**What you are asked to do**
Quote exactly the lines spanning from the top of the data below to the line that contains "v 3 -6.236 -4.167", including both.

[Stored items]
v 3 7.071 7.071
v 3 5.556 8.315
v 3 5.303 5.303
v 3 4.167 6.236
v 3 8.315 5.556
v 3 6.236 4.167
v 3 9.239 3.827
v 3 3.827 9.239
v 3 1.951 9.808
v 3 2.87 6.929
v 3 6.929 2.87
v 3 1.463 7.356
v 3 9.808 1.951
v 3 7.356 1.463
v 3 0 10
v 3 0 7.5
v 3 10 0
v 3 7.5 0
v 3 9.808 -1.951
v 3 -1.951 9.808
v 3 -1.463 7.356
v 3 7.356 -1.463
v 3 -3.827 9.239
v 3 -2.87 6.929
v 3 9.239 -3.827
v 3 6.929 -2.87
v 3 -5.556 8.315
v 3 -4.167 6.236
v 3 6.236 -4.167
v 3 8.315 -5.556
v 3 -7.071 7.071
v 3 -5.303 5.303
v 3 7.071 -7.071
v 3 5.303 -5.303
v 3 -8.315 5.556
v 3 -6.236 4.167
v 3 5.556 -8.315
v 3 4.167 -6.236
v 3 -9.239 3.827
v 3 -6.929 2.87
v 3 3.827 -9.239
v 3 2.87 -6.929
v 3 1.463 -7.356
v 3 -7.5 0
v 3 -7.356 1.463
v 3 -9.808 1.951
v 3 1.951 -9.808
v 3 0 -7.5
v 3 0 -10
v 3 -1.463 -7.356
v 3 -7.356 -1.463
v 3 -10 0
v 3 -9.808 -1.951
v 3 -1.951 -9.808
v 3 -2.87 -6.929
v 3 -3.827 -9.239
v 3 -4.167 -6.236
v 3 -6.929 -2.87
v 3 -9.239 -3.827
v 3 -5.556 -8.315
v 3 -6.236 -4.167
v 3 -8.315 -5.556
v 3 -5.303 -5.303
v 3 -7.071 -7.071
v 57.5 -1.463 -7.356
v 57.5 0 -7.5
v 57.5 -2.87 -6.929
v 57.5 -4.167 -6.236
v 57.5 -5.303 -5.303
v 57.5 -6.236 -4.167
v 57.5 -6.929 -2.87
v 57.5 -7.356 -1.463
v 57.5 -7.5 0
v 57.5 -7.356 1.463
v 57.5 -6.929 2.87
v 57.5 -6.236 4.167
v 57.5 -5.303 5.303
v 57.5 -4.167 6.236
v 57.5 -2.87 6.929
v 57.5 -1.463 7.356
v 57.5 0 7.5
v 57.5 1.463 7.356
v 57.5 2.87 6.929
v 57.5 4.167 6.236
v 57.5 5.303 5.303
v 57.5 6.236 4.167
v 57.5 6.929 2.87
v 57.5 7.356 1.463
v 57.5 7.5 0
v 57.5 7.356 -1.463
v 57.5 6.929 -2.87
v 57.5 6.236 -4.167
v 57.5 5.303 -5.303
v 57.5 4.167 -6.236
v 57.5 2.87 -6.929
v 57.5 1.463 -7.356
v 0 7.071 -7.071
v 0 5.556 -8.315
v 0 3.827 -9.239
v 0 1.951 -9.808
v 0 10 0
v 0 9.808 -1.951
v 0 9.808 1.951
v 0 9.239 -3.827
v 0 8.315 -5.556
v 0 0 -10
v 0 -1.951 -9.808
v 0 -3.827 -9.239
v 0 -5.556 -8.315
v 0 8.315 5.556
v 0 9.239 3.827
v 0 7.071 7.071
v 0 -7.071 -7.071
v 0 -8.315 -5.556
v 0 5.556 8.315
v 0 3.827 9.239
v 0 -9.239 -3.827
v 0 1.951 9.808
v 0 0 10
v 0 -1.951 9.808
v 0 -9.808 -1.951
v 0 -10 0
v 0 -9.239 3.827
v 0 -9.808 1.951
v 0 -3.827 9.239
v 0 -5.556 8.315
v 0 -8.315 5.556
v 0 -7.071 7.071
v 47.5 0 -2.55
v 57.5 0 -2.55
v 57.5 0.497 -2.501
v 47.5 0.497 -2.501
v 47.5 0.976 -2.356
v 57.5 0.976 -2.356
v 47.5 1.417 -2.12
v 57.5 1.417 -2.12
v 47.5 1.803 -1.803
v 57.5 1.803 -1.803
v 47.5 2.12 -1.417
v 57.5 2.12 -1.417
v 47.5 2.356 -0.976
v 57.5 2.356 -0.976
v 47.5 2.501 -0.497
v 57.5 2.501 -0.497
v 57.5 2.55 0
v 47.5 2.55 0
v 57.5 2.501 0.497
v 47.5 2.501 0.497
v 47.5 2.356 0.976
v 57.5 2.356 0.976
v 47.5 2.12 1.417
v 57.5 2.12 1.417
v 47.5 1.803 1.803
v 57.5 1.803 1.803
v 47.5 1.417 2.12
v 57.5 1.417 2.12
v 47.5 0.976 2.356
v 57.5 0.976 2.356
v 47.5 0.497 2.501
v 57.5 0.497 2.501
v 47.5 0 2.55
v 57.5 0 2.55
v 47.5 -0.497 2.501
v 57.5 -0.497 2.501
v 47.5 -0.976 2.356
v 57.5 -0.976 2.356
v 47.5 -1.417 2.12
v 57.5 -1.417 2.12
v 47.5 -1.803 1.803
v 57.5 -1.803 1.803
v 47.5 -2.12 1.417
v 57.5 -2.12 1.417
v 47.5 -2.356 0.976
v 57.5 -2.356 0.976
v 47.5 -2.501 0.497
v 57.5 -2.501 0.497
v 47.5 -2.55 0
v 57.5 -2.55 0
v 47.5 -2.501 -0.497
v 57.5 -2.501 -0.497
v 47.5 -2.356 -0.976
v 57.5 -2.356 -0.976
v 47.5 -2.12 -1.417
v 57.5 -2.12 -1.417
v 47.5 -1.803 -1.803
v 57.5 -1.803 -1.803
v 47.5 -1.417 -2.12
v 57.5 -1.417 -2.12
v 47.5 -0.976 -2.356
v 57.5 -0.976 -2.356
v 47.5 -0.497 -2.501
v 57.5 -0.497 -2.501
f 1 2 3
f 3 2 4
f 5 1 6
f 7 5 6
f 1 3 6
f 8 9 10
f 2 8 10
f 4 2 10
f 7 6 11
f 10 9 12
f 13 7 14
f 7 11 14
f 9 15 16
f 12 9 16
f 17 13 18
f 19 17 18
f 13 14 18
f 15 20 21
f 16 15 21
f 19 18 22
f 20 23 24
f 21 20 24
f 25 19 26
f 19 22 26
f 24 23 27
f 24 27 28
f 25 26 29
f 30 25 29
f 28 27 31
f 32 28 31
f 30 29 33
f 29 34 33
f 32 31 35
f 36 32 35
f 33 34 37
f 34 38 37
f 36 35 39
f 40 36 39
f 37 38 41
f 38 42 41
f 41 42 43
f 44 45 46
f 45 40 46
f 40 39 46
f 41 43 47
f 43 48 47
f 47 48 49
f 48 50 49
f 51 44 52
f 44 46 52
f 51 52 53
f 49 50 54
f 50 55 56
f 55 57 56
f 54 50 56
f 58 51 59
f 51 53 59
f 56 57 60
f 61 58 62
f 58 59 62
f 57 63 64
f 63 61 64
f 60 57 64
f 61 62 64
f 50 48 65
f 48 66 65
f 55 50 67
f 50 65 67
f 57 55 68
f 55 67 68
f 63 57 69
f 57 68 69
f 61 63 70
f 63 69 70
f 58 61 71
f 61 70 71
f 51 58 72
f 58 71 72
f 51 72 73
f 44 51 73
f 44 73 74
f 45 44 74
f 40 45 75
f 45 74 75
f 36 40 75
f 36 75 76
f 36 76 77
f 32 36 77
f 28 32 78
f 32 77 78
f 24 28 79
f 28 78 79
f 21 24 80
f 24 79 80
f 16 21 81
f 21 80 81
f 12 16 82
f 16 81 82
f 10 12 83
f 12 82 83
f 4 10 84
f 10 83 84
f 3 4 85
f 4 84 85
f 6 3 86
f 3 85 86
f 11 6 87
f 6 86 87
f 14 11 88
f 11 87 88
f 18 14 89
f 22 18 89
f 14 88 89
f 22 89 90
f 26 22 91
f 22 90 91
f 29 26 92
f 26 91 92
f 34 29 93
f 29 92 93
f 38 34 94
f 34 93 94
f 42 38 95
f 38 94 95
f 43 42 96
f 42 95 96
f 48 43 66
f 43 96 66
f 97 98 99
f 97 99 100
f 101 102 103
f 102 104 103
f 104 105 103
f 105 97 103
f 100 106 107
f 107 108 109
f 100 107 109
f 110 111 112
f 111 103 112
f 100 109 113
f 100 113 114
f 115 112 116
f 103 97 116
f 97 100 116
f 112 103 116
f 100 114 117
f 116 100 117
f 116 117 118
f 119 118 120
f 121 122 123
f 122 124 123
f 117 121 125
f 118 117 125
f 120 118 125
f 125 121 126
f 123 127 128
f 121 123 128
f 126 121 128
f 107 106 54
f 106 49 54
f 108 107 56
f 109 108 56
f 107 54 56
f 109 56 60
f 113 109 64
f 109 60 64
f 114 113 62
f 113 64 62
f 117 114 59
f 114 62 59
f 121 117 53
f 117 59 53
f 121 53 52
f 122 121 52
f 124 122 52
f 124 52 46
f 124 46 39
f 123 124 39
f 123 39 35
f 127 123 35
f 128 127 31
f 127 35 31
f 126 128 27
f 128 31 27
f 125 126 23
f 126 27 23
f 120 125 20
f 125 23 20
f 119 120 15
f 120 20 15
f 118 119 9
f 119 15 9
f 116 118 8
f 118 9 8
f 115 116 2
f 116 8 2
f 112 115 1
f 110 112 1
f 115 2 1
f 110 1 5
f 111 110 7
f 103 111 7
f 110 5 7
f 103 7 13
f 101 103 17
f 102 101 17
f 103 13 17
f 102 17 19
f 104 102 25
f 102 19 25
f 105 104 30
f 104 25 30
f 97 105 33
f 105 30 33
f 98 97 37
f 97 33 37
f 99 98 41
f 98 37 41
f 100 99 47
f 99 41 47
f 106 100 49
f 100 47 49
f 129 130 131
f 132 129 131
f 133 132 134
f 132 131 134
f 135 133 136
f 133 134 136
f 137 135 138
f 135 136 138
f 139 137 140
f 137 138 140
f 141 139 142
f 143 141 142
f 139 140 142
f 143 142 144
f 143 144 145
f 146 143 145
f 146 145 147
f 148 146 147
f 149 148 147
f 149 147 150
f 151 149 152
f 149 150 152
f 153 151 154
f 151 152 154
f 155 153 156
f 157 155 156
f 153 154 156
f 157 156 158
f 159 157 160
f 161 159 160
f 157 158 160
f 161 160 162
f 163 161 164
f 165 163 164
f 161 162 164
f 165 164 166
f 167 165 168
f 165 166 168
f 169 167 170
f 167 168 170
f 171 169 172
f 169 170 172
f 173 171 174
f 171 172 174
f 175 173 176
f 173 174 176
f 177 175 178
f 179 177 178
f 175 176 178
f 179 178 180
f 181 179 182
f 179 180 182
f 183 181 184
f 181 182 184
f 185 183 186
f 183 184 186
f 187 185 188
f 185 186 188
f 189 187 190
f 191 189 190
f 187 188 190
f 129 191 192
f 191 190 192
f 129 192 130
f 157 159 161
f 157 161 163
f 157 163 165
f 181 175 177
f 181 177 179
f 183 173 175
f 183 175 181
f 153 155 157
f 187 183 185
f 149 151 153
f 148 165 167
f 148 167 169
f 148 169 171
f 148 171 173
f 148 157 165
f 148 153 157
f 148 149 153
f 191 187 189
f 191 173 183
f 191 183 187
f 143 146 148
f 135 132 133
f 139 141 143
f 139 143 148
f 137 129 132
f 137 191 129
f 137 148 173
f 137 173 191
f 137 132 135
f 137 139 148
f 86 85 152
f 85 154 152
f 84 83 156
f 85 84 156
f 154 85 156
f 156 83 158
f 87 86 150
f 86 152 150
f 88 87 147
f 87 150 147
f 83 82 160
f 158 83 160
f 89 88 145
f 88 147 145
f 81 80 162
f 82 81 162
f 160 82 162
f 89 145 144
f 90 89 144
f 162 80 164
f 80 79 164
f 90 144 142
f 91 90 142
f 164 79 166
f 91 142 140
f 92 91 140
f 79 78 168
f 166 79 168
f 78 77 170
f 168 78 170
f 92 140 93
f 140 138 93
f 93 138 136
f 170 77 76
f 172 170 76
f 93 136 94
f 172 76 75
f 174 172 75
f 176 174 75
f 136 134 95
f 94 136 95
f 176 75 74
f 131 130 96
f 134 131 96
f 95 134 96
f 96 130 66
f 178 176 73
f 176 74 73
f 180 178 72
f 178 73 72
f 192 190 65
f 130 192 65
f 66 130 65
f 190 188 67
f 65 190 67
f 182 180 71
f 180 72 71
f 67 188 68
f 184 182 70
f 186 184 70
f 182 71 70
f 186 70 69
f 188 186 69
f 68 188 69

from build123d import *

# Parameters (mm, degrees)
SKETCH2_R          = 2.55
CUT_EXTRUDE1_DEPTH = 10


with BuildPart() as part:
    # Sketch1 → Revolve1 (revolve)
    with BuildSketch(Plane.XY, mode=Mode.PRIVATE) as revolve1_sk:
        Polygon((0, 0), (0, 10), (3, 10), (3, 7.5), (57.5, 7.5), (57.5, 0), align=None)
    revolve(revolve1_sk.sketch.rotate(Axis((0, 0, 0), (-1, 0, 0)), 90), axis=Axis((0, 0, 0), (-1, 0, 0)))

    # Sketch2 → Cut-Extrude1 (cut)
    with BuildSketch(Plane(origin=(57.5, 0, 0), x_dir=(0, 0, -1), z_dir=(1, 0, 0))):
        Circle(SKETCH2_R)
    extrude(amount=-CUT_EXTRUDE1_DEPTH, mode=Mode.SUBTRACT)


solid = part.part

**Solution to this exercise**
v 3 7.071 7.071
v 3 5.556 8.315
v 3 5.303 5.303
v 3 4.167 6.236
v 3 8.315 5.556
v 3 6.236 4.167
v 3 9.239 3.827
v 3 3.827 9.239
v 3 1.951 9.808
v 3 2.87 6.929
v 3 6.929 2.87
v 3 1.463 7.356
v 3 9.808 1.951
v 3 7.356 1.463
v 3 0 10
v 3 0 7.5
v 3 10 0
v 3 7.5 0
v 3 9.808 -1.951
v 3 -1.951 9.808
v 3 -1.463 7.356
v 3 7.356 -1.463
v 3 -3.827 9.239
v 3 -2.87 6.929
v 3 9.239 -3.827
v 3 6.929 -2.87
v 3 -5.556 8.315
v 3 -4.167 6.236
v 3 6.236 -4.167
v 3 8.315 -5.556
v 3 -7.071 7.071
v 3 -5.303 5.303
v 3 7.071 -7.071
v 3 5.303 -5.303
v 3 -8.315 5.556
v 3 -6.236 4.167
v 3 5.556 -8.315
v 3 4.167 -6.236
v 3 -9.239 3.827
v 3 -6.929 2.87
v 3 3.827 -9.239
v 3 2.87 -6.929
v 3 1.463 -7.356
v 3 -7.5 0
v 3 -7.356 1.463
v 3 -9.808 1.951
v 3 1.951 -9.808
v 3 0 -7.5
v 3 0 -10
v 3 -1.463 -7.356
v 3 -7.356 -1.463
v 3 -10 0
v 3 -9.808 -1.951
v 3 -1.951 -9.808
v 3 -2.87 -6.929
v 3 -3.827 -9.239
v 3 -4.167 -6.236
v 3 -6.929 -2.87
v 3 -9.239 -3.827
v 3 -5.556 -8.315
v 3 -6.236 -4.167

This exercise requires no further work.